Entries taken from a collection
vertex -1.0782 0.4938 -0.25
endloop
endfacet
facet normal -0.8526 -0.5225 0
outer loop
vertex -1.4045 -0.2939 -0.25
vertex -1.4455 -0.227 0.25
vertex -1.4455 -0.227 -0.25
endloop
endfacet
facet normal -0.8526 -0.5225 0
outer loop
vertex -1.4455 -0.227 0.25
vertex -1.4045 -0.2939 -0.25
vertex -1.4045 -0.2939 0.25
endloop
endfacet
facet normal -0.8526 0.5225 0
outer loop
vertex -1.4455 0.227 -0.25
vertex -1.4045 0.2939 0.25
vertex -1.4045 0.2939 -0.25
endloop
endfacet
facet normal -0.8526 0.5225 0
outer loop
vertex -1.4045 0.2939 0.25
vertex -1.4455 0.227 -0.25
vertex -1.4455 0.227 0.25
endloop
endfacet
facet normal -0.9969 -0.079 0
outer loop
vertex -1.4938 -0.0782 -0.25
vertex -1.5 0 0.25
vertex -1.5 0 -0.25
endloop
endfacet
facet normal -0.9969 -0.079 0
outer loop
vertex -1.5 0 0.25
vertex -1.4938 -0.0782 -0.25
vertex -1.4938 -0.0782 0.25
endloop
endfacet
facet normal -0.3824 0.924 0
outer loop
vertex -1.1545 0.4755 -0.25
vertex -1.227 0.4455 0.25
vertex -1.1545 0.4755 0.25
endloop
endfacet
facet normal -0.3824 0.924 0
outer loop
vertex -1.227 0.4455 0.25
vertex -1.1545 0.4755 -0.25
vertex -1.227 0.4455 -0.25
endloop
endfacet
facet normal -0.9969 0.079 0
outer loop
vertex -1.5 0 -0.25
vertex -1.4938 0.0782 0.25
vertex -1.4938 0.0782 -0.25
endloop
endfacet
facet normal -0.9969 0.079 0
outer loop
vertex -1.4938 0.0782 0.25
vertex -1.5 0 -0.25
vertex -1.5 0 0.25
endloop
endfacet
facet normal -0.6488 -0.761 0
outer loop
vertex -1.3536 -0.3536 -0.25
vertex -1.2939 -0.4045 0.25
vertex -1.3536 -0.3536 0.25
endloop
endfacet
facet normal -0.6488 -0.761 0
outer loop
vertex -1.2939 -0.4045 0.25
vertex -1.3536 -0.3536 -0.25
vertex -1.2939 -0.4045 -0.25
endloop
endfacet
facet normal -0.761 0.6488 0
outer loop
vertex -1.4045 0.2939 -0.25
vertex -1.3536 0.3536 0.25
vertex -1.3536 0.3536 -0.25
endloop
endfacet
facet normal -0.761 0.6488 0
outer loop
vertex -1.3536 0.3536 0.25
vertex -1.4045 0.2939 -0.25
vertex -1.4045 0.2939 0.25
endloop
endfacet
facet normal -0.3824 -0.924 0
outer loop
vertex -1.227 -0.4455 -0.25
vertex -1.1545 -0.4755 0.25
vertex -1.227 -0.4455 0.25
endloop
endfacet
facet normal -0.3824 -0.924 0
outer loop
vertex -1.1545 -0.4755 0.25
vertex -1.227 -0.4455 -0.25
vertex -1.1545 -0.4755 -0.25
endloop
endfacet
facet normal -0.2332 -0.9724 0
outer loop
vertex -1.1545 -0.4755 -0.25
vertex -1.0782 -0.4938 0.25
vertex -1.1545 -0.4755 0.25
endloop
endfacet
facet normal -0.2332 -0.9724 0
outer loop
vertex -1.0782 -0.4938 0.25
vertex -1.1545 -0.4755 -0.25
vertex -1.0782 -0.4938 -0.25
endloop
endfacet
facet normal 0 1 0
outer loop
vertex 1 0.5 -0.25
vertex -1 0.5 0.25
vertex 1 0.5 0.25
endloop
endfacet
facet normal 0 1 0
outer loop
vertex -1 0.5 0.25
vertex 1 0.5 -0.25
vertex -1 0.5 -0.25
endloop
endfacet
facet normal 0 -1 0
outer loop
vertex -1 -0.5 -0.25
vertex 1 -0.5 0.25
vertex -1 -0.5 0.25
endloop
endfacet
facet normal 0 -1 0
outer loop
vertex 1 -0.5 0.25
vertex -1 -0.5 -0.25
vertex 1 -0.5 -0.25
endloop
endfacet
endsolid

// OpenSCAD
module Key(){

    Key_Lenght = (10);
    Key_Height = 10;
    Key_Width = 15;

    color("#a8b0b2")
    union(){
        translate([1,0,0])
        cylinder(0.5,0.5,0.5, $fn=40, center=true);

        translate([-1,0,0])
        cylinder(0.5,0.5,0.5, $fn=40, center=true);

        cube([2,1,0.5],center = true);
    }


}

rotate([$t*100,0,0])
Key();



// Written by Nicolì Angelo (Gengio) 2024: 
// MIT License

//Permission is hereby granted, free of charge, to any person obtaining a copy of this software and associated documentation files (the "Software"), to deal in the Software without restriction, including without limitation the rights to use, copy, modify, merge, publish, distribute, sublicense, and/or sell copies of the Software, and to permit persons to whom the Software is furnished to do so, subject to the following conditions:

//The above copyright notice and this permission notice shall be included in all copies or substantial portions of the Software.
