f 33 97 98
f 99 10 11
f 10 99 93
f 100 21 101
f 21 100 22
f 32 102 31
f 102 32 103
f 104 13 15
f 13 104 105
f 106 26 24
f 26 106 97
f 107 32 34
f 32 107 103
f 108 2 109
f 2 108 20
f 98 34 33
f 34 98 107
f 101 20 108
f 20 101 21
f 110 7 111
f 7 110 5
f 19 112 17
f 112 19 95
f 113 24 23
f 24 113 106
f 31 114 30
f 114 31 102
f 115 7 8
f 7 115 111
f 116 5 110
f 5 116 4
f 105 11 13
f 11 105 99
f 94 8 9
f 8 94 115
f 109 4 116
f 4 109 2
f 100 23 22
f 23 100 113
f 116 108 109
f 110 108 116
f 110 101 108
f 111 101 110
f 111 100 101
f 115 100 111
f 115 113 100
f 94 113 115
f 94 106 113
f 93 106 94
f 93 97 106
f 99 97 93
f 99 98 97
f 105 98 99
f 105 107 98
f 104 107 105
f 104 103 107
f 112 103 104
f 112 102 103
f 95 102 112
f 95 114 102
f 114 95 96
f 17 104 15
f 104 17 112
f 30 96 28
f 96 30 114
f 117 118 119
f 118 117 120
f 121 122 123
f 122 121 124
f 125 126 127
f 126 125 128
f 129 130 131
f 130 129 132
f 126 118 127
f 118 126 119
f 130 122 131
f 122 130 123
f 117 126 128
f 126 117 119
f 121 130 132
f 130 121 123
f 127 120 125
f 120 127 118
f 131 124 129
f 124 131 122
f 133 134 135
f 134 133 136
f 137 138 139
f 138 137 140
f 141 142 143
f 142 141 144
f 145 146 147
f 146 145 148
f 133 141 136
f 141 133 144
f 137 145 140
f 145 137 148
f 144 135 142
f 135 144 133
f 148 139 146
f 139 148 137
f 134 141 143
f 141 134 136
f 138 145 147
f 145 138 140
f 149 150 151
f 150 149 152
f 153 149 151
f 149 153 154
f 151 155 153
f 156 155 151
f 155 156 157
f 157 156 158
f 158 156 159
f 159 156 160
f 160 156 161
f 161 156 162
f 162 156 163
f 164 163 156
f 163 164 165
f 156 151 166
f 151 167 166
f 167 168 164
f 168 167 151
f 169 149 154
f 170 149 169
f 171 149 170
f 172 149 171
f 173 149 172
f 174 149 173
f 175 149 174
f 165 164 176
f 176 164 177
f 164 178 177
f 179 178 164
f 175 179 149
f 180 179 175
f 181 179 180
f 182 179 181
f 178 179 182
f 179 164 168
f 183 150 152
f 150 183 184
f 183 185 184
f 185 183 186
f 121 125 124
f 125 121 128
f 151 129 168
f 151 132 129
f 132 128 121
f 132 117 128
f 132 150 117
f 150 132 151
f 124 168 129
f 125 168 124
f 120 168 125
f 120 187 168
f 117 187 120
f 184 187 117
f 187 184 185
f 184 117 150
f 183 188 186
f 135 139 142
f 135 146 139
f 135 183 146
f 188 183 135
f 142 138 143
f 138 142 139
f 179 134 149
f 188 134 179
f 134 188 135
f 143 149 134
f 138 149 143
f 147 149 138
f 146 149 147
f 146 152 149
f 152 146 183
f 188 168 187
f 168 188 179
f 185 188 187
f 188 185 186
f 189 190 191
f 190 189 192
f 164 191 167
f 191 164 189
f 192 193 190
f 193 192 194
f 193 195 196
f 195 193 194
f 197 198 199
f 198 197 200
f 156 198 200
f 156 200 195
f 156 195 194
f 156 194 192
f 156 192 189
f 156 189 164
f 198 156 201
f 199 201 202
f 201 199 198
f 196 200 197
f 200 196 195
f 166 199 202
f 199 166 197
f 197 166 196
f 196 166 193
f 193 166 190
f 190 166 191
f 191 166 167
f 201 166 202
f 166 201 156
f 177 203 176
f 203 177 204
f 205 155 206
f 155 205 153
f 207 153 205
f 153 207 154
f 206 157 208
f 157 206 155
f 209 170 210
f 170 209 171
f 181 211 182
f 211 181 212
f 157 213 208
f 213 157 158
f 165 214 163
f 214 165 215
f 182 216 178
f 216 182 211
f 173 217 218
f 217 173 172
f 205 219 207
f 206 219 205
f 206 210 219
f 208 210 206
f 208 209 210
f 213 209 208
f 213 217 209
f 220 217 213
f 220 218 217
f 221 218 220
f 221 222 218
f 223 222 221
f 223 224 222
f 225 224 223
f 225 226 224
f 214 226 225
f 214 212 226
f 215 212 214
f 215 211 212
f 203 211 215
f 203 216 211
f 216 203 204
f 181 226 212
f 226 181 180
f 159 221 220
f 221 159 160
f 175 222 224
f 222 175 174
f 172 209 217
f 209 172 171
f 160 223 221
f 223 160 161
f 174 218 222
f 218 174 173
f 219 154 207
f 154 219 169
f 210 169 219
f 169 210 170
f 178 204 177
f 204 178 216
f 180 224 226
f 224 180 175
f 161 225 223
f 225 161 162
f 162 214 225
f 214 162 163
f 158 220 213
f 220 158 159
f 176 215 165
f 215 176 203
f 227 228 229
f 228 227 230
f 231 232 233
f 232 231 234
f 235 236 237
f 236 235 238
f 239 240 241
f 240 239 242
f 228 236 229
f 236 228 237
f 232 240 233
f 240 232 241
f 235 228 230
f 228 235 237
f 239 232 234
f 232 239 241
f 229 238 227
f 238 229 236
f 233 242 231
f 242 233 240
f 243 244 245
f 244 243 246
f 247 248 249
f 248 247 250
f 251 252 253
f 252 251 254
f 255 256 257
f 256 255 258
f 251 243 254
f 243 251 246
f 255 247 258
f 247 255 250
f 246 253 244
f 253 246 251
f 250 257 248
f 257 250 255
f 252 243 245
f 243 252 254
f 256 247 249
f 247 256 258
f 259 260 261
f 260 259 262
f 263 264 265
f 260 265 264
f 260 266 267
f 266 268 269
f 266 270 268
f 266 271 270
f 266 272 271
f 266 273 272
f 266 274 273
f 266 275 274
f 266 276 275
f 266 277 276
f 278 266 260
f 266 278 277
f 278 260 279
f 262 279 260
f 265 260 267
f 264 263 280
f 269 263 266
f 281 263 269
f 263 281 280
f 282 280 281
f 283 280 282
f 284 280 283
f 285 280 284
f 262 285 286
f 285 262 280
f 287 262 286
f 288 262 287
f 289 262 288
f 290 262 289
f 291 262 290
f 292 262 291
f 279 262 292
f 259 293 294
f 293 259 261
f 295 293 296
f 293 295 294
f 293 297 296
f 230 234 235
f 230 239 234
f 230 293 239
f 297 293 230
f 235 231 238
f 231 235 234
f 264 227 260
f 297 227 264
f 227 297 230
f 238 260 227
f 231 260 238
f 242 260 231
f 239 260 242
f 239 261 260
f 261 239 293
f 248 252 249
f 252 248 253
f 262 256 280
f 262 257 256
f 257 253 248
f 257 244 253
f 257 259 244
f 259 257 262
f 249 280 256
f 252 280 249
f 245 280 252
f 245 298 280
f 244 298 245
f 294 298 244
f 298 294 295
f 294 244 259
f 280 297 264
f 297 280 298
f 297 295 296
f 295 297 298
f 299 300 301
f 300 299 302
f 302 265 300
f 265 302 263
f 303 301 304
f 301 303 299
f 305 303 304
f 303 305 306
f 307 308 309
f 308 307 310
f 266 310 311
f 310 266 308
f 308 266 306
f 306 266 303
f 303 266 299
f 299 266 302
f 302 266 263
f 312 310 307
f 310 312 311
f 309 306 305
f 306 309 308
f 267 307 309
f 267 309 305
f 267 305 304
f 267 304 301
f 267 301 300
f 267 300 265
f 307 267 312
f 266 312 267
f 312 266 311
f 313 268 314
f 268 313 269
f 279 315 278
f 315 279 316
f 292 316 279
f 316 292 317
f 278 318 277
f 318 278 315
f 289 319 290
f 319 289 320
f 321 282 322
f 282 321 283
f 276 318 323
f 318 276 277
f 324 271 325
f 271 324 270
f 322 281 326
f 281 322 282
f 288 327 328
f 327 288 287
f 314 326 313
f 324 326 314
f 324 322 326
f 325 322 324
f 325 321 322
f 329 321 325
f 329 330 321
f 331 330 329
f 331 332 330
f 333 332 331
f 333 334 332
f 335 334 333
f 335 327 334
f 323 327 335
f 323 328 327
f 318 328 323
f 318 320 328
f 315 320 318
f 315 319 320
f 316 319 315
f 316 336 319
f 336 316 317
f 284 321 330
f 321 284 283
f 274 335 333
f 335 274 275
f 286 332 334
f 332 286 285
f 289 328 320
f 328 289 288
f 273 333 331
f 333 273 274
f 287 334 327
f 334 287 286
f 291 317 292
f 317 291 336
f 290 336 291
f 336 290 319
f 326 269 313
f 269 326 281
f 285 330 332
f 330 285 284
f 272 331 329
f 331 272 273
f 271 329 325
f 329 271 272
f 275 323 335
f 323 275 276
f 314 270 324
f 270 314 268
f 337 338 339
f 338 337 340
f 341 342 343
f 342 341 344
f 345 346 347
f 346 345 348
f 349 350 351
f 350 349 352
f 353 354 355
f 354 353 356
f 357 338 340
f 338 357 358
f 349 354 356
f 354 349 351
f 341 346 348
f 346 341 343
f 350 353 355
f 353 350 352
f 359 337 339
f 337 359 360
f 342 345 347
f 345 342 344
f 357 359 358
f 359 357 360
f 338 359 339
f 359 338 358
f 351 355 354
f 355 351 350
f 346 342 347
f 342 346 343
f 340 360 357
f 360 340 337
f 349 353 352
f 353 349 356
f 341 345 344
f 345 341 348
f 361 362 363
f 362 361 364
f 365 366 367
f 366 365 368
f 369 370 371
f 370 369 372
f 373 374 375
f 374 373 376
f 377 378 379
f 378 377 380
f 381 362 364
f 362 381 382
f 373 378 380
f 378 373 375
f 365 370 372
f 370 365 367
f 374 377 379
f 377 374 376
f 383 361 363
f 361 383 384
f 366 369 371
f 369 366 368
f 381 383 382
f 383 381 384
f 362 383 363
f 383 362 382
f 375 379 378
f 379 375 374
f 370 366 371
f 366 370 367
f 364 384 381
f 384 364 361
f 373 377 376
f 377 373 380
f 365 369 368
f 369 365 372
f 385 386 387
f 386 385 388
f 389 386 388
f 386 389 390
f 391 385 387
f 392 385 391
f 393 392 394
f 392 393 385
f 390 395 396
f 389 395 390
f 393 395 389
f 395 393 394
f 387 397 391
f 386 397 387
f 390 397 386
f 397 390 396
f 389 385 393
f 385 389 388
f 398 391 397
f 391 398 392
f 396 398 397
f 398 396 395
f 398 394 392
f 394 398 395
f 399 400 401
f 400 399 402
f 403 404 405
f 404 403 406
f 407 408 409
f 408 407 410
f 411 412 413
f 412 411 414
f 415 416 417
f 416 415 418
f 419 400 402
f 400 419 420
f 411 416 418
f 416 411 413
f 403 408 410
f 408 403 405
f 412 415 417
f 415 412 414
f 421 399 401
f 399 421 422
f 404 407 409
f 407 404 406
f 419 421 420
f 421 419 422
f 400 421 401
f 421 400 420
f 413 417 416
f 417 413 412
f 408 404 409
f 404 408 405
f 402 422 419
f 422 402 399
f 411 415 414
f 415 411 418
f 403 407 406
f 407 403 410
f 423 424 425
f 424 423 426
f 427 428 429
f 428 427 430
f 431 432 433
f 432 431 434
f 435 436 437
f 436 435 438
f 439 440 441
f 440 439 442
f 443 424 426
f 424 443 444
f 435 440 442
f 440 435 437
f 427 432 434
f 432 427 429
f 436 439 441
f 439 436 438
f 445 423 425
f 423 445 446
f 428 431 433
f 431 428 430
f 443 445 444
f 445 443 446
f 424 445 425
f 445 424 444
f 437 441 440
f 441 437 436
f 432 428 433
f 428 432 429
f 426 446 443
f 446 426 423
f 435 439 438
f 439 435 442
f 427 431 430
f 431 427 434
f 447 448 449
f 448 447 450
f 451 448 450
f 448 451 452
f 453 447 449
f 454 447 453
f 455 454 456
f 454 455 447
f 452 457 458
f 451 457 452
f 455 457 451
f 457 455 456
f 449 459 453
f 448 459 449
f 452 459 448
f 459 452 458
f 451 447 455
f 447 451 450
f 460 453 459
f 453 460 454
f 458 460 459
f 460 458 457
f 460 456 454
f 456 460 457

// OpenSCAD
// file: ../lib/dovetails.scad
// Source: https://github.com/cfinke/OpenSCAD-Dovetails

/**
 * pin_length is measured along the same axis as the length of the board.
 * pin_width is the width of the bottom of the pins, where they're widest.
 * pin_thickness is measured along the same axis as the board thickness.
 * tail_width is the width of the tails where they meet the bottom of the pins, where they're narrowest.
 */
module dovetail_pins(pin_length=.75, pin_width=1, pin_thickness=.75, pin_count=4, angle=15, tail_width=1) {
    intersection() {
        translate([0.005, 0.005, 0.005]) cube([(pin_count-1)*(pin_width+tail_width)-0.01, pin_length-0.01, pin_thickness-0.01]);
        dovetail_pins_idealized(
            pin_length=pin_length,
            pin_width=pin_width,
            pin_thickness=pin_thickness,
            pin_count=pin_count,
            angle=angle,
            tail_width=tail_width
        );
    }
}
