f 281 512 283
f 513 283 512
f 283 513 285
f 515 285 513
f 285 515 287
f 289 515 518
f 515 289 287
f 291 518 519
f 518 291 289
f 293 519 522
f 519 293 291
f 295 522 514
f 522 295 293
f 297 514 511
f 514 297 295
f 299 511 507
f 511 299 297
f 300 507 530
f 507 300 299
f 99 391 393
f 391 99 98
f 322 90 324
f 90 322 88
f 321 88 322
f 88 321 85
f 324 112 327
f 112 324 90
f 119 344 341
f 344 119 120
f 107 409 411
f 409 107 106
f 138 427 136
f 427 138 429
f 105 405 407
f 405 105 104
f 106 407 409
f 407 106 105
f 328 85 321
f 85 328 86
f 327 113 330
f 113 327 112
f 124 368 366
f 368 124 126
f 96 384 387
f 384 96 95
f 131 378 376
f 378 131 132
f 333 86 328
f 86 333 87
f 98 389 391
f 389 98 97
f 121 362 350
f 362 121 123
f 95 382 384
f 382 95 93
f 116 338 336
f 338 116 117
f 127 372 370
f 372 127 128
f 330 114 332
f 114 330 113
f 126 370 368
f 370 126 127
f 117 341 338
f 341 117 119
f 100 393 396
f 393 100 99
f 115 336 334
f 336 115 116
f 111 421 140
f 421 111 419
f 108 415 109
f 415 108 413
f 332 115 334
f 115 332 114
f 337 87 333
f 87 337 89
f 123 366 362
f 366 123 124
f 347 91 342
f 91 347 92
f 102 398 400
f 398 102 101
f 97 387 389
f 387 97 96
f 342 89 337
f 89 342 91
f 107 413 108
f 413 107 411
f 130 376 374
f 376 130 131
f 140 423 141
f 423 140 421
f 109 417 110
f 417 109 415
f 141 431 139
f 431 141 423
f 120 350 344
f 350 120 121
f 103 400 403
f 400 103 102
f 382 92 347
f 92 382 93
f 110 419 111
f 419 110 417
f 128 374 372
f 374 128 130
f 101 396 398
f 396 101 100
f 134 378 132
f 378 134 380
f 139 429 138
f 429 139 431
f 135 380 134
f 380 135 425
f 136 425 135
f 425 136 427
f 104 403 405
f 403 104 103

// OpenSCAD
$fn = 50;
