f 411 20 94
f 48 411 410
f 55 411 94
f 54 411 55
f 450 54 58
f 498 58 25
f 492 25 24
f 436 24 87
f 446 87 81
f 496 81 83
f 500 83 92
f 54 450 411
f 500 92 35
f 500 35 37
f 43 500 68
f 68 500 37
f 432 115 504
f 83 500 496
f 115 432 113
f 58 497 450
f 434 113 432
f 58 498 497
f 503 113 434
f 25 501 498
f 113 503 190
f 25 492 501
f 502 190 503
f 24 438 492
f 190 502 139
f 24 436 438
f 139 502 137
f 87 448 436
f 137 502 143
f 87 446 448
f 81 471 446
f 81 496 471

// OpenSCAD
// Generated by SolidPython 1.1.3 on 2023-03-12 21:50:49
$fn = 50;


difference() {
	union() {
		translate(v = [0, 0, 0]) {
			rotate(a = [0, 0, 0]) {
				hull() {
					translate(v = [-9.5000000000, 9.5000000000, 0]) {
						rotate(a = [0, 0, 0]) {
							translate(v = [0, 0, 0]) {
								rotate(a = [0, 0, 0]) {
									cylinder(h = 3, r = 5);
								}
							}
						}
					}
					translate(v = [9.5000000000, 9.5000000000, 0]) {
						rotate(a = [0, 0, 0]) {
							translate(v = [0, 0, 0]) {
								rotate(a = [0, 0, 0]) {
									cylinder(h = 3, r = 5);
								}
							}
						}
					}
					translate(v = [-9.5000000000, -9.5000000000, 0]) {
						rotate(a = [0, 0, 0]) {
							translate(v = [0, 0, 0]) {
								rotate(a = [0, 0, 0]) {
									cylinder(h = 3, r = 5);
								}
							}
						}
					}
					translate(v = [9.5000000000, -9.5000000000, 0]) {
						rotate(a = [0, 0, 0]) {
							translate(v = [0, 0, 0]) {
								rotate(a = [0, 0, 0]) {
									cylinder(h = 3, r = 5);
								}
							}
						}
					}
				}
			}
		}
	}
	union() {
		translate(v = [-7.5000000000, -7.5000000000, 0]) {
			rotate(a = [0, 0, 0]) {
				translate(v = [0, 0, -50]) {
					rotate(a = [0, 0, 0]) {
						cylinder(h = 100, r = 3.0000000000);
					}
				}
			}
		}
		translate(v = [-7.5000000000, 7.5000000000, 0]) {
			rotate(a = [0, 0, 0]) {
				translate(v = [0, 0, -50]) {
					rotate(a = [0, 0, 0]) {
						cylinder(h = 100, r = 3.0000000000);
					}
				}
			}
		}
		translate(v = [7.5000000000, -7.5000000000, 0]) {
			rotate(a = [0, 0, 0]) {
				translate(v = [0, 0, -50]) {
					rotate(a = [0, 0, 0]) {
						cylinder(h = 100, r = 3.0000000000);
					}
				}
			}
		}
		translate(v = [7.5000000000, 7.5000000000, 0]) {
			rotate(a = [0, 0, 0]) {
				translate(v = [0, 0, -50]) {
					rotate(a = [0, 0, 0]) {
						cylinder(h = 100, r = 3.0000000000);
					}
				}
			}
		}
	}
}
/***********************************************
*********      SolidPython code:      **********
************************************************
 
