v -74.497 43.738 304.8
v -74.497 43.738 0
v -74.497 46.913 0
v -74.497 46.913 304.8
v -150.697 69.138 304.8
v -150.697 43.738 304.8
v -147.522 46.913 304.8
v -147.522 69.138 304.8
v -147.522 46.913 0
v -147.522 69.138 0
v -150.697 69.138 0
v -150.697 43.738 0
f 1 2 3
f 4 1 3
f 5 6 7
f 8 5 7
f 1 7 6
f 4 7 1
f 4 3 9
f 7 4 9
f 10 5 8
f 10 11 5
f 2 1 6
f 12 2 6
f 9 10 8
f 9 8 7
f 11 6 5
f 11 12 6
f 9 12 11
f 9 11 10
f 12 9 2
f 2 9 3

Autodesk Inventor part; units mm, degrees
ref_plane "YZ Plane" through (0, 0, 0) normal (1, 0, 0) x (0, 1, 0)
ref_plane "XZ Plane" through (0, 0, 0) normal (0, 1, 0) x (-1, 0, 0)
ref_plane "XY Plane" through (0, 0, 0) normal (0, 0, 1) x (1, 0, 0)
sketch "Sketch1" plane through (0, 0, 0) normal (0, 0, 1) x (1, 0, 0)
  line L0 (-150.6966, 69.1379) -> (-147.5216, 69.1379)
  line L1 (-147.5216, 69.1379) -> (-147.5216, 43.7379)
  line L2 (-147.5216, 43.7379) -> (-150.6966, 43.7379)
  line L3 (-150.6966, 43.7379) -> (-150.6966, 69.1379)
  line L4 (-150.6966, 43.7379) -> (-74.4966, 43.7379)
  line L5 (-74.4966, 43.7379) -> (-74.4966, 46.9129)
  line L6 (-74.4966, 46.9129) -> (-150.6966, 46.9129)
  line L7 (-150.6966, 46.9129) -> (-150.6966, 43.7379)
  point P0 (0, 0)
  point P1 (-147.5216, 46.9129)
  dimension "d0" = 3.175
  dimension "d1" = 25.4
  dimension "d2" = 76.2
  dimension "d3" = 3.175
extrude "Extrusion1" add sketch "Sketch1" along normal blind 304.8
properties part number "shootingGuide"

_PROMPT_. What you give back should be exactly the lines of the data above from the line with "f 161 156 162" through the line with "f 179 164 168", both of those included, and nothing more.

_RESPONSE TO THE EXERCISE_.
f 161 156 162
f 162 156 163
f 164 163 156
f 163 164 165
f 156 151 166
f 151 167 166
f 167 168 164
f 168 167 151
f 169 149 154
f 170 149 169
f 171 149 170
f 172 149 171
f 173 149 172
f 174 149 173
f 175 149 174
f 165 164 176
f 176 164 177
f 164 178 177
f 179 178 164
f 175 179 149
f 180 179 175
f 181 179 180
f 182 179 181
f 178 179 182
f 179 164 168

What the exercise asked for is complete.